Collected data
--------------------------------

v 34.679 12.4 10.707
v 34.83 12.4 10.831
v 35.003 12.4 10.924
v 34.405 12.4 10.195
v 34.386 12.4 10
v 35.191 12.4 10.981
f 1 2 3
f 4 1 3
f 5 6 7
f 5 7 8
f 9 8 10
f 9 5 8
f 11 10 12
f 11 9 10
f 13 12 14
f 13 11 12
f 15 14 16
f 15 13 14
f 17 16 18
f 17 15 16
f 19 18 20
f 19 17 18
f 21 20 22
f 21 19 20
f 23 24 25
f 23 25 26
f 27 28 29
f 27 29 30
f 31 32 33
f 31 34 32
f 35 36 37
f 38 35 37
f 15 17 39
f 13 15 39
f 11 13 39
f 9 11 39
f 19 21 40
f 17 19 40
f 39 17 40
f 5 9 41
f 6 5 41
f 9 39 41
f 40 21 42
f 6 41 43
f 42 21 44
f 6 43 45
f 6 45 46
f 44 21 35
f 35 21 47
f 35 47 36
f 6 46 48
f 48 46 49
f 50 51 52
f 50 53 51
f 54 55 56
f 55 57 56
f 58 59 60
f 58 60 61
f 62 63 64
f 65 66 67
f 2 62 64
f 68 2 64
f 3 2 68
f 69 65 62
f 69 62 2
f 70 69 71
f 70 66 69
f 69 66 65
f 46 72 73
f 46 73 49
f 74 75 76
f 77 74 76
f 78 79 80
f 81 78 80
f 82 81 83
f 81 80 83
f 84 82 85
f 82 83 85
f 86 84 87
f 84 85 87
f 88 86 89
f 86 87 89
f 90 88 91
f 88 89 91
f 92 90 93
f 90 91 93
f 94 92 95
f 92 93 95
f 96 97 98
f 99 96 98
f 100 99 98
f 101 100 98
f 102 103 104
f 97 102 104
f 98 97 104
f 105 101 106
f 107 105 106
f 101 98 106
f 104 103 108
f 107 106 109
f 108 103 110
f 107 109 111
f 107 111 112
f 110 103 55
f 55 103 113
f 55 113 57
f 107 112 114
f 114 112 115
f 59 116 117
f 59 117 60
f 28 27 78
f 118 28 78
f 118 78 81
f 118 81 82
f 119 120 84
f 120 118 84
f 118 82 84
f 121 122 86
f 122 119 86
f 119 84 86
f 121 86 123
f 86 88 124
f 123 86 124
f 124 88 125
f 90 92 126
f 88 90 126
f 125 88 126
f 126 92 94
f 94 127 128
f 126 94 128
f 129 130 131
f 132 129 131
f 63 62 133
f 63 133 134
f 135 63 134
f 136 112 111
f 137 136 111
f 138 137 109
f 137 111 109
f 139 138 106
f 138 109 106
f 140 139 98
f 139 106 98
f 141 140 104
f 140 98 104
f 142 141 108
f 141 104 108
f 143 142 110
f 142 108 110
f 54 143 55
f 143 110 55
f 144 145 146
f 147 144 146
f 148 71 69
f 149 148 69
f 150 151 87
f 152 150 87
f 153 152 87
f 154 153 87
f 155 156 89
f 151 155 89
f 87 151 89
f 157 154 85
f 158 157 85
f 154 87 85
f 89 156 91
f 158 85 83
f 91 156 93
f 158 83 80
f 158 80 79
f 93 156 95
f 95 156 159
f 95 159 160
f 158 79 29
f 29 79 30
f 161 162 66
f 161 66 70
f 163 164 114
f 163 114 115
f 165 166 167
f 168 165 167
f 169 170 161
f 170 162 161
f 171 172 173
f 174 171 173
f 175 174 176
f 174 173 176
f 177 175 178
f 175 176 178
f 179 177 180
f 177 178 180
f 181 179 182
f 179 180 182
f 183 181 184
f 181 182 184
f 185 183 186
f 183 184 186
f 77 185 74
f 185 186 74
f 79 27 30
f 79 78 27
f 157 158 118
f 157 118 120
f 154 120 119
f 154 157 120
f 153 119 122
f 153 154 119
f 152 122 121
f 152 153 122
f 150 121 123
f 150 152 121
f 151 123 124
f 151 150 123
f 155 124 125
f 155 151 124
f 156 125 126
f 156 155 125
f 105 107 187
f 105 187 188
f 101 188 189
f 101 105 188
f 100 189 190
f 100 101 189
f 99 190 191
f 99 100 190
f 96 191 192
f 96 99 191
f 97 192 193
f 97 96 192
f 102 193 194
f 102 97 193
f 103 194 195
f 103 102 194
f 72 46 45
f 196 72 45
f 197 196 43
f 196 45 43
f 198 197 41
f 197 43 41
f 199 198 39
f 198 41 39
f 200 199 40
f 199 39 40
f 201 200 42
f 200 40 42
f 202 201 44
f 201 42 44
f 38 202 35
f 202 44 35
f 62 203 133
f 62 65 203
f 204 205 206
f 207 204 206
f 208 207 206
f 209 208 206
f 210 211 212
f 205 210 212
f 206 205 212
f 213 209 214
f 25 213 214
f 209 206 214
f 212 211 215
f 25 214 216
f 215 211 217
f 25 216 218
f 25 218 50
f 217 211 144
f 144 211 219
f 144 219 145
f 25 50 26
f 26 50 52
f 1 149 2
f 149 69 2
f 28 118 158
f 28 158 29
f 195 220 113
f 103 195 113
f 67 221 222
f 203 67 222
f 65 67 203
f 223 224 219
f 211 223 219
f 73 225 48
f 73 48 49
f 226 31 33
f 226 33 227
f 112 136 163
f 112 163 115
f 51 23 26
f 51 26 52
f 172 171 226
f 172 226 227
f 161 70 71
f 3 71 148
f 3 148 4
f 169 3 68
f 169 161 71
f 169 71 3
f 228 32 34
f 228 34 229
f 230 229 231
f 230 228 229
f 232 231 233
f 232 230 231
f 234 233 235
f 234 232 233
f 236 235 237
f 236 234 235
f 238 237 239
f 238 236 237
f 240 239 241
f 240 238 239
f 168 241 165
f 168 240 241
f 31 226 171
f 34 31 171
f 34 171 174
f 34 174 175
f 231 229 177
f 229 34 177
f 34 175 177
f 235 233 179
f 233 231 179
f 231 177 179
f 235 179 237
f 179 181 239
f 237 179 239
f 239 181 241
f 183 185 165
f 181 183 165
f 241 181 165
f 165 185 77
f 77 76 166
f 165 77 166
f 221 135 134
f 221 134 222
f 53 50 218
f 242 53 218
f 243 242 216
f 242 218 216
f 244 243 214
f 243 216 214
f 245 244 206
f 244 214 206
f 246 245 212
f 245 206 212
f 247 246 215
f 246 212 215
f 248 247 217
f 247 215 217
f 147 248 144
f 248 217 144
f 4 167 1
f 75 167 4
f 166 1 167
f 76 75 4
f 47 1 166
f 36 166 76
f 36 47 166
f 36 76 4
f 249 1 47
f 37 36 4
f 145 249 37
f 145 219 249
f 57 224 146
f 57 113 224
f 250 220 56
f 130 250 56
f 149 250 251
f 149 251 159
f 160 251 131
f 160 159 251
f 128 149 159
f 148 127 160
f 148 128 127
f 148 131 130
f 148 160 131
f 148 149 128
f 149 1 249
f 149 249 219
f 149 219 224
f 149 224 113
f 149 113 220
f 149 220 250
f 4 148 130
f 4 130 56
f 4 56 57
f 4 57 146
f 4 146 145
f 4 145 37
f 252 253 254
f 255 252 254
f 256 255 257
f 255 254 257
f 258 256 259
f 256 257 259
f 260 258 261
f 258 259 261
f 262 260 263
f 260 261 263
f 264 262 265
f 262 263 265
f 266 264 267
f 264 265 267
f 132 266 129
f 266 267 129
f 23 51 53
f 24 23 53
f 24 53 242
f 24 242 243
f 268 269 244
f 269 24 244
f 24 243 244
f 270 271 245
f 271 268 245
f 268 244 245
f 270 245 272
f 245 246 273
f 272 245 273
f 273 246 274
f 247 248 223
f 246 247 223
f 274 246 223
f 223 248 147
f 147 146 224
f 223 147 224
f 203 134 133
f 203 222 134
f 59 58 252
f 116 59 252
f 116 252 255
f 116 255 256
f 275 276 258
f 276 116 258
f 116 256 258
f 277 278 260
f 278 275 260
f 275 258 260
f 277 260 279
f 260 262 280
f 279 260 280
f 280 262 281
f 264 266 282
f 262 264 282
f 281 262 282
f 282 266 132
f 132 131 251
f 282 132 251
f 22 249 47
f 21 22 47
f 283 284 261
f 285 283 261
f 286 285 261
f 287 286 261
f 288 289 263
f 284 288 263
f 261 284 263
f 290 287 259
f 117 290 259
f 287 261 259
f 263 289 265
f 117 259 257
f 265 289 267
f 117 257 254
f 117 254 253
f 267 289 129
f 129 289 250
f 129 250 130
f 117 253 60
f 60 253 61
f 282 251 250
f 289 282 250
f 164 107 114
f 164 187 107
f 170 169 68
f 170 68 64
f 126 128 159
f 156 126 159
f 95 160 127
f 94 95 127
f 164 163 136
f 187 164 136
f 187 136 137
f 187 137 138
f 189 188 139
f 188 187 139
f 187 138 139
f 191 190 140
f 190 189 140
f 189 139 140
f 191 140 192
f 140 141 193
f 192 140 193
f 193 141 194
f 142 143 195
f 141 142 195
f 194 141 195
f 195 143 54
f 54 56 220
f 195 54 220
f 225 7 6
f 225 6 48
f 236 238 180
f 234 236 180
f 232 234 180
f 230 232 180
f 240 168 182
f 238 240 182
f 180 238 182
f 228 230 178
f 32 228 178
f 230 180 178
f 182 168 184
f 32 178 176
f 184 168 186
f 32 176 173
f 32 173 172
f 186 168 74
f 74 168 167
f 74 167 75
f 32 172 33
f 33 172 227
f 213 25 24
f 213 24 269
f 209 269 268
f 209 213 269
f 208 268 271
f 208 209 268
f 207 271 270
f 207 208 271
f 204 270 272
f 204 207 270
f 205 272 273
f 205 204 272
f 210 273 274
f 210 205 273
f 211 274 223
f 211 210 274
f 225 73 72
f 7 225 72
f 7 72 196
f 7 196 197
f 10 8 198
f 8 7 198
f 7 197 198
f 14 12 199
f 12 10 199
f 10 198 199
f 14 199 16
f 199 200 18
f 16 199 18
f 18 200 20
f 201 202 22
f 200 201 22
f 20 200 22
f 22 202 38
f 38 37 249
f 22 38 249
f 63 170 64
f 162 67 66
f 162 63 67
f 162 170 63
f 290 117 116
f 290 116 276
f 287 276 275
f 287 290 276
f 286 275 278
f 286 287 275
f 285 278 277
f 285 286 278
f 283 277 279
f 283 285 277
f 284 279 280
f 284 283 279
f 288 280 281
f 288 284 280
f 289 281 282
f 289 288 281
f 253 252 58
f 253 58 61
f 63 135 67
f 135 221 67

--------------------------------

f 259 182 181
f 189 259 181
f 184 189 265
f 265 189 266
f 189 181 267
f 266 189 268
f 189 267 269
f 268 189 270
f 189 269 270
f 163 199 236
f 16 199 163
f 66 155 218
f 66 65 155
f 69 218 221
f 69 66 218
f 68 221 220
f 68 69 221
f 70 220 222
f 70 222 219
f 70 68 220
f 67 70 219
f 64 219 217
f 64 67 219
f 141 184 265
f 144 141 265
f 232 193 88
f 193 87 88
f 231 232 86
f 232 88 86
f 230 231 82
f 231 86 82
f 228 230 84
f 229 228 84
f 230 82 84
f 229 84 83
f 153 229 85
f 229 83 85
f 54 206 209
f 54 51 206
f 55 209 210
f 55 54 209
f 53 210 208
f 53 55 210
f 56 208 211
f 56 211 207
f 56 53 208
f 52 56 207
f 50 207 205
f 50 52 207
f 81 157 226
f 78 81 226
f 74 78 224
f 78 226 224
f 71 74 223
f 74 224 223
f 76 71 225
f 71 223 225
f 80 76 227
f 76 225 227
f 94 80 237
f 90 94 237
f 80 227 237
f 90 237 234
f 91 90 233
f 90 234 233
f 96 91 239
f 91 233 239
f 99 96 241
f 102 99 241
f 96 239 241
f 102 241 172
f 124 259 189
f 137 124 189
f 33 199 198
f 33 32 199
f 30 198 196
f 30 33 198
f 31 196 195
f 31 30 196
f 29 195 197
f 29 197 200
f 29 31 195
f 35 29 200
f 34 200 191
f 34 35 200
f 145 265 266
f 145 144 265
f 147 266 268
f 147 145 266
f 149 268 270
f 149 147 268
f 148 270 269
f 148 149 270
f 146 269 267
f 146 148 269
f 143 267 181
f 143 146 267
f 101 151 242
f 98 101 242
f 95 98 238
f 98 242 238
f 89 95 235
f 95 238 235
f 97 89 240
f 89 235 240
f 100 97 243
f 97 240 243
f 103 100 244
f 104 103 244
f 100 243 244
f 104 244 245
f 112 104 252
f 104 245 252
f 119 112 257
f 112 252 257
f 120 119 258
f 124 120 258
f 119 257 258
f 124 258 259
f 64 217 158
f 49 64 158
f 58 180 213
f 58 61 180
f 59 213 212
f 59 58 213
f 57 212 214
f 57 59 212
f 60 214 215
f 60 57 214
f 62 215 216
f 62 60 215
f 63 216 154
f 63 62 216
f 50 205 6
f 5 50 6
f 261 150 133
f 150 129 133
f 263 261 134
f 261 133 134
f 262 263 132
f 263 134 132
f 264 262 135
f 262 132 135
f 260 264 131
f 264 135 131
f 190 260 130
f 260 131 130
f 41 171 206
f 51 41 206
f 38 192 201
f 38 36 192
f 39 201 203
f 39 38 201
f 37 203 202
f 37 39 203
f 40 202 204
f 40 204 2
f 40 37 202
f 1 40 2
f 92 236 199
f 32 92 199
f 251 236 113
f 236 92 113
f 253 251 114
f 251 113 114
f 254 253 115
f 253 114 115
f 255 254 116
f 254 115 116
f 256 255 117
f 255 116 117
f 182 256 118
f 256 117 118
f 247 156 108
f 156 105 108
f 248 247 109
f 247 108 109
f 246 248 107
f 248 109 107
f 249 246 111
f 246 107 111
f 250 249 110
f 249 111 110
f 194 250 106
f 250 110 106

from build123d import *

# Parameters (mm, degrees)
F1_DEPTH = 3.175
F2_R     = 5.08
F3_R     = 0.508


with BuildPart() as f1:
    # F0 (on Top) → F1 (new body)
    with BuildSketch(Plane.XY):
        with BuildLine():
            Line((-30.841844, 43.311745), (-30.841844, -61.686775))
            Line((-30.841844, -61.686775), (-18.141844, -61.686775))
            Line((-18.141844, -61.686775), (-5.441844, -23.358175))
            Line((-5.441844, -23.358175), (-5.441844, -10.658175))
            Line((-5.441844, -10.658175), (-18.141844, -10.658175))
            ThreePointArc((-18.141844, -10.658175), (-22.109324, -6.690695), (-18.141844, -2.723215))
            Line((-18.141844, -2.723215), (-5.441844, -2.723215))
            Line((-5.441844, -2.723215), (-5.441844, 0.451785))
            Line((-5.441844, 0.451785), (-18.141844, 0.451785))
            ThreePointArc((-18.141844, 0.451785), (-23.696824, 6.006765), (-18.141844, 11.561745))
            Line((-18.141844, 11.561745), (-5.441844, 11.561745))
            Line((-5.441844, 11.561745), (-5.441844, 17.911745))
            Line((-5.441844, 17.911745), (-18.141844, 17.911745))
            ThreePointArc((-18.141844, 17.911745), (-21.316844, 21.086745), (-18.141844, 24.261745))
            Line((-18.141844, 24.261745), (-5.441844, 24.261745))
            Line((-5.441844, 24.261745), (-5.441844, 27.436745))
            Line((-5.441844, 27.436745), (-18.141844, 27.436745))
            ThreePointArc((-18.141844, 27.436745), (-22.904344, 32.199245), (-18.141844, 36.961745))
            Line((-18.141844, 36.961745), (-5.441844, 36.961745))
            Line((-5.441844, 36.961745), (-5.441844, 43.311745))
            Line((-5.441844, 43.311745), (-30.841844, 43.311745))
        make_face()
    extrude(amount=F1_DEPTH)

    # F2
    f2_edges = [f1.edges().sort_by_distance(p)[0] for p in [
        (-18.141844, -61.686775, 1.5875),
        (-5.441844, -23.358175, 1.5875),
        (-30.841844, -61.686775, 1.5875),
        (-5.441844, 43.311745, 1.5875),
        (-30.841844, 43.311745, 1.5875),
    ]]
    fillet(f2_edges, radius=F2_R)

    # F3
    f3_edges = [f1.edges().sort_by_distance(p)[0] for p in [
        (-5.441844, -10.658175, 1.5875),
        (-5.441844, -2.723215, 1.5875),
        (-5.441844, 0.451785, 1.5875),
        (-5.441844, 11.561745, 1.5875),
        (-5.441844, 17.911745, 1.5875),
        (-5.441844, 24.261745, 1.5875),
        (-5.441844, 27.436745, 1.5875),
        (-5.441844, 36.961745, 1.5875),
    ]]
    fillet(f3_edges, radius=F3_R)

--------------------------------

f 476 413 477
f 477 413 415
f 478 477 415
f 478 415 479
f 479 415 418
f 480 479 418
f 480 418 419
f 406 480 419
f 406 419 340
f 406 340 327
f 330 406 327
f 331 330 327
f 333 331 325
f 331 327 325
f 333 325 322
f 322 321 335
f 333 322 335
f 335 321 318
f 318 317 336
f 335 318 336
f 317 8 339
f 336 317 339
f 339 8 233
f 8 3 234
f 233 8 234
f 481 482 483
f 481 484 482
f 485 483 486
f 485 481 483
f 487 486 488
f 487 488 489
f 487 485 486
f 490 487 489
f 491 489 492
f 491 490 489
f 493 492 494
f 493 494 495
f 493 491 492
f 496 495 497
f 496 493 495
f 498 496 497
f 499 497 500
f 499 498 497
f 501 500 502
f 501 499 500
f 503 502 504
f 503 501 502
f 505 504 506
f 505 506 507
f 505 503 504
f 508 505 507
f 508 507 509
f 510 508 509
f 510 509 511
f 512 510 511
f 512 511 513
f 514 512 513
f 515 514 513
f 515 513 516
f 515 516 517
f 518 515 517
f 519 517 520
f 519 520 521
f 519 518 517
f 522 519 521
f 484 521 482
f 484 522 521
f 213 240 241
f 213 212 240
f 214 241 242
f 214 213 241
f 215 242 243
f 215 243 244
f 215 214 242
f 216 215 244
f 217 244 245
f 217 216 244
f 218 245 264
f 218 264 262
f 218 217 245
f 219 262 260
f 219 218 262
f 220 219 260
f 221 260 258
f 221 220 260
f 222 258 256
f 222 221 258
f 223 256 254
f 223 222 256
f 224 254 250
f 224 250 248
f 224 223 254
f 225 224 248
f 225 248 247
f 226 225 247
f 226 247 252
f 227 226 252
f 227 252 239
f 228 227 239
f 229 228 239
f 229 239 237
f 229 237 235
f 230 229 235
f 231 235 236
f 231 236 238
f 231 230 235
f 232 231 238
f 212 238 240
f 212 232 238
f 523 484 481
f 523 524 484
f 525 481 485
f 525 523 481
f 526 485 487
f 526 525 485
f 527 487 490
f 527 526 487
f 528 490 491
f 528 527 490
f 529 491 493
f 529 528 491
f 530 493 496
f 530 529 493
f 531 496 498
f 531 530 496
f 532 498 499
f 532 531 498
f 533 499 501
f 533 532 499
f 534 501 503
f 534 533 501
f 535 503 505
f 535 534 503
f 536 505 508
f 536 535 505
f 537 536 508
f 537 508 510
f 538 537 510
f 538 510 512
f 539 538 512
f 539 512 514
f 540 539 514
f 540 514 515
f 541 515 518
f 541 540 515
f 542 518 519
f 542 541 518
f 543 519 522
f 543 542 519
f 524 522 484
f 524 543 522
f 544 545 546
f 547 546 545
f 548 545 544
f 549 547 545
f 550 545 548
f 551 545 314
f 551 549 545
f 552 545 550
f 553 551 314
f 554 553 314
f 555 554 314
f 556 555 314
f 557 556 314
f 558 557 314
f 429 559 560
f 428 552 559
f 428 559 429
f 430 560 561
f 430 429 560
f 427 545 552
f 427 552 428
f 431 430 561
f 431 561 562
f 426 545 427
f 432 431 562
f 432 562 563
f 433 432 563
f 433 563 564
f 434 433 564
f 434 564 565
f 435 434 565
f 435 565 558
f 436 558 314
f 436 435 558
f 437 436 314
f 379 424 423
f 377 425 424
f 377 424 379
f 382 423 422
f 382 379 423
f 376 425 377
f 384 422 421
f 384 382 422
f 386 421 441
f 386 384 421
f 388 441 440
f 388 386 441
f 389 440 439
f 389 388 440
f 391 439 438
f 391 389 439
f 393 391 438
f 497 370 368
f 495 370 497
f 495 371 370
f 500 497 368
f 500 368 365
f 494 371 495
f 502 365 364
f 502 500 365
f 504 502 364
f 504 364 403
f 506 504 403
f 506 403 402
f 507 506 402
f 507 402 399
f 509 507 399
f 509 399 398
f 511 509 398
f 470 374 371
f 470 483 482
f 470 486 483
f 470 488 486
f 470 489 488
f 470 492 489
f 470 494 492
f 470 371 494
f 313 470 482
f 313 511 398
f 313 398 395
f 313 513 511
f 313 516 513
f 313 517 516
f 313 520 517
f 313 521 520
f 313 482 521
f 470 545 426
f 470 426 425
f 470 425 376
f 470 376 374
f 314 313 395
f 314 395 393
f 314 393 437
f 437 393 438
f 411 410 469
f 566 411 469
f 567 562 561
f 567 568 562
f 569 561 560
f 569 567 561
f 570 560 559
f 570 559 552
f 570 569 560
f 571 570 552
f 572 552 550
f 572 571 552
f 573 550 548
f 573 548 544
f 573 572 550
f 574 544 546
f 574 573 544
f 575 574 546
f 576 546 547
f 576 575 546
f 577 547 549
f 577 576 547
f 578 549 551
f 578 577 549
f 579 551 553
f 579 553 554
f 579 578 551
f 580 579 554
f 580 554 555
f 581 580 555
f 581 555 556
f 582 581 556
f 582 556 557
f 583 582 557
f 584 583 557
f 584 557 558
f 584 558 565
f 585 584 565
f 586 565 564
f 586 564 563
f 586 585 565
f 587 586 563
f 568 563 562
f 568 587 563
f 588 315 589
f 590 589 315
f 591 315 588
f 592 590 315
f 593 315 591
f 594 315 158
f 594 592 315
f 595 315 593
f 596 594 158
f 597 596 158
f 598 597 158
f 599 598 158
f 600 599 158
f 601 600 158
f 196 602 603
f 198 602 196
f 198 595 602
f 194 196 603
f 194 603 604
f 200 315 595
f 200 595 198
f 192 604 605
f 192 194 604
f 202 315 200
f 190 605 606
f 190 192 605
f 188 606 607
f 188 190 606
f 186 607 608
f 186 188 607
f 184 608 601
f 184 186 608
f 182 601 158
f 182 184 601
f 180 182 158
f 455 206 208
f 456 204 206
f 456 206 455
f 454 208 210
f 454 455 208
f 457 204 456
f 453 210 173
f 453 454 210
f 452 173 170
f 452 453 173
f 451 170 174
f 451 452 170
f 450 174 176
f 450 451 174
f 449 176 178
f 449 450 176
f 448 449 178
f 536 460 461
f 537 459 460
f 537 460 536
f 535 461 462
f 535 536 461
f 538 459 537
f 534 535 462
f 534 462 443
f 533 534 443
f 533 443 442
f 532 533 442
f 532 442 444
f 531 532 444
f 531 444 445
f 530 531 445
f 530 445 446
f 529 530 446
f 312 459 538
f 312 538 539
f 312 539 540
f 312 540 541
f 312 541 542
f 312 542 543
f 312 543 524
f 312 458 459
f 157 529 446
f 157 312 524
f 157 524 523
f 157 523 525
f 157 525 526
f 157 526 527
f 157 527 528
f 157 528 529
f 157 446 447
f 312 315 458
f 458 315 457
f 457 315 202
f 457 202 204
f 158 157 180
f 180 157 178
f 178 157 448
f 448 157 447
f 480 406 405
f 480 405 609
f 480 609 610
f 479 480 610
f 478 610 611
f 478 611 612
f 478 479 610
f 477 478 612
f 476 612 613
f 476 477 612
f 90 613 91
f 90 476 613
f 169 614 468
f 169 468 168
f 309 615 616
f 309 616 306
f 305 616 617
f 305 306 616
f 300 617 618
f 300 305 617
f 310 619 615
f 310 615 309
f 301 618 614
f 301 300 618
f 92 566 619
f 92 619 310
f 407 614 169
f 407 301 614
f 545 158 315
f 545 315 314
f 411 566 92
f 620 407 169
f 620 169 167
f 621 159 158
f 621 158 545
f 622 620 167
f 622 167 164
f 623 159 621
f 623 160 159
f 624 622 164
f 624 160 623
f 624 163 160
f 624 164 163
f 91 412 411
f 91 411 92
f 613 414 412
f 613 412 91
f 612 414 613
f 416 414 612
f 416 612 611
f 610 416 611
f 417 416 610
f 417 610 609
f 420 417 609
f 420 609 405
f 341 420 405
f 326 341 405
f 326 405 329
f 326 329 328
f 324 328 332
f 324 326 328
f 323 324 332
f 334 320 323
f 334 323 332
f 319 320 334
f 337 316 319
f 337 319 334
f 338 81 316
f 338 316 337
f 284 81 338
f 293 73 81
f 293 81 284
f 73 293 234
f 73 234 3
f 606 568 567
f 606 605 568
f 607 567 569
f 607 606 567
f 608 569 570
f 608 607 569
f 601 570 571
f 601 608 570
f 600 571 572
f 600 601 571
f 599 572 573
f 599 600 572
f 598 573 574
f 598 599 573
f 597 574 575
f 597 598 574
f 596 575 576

--------------------------------

Copy out every line of the data that includes "with".

> RESULT:
with BuildPart() as f1:
    with BuildSketch(Plane.XY):
        with BuildLine():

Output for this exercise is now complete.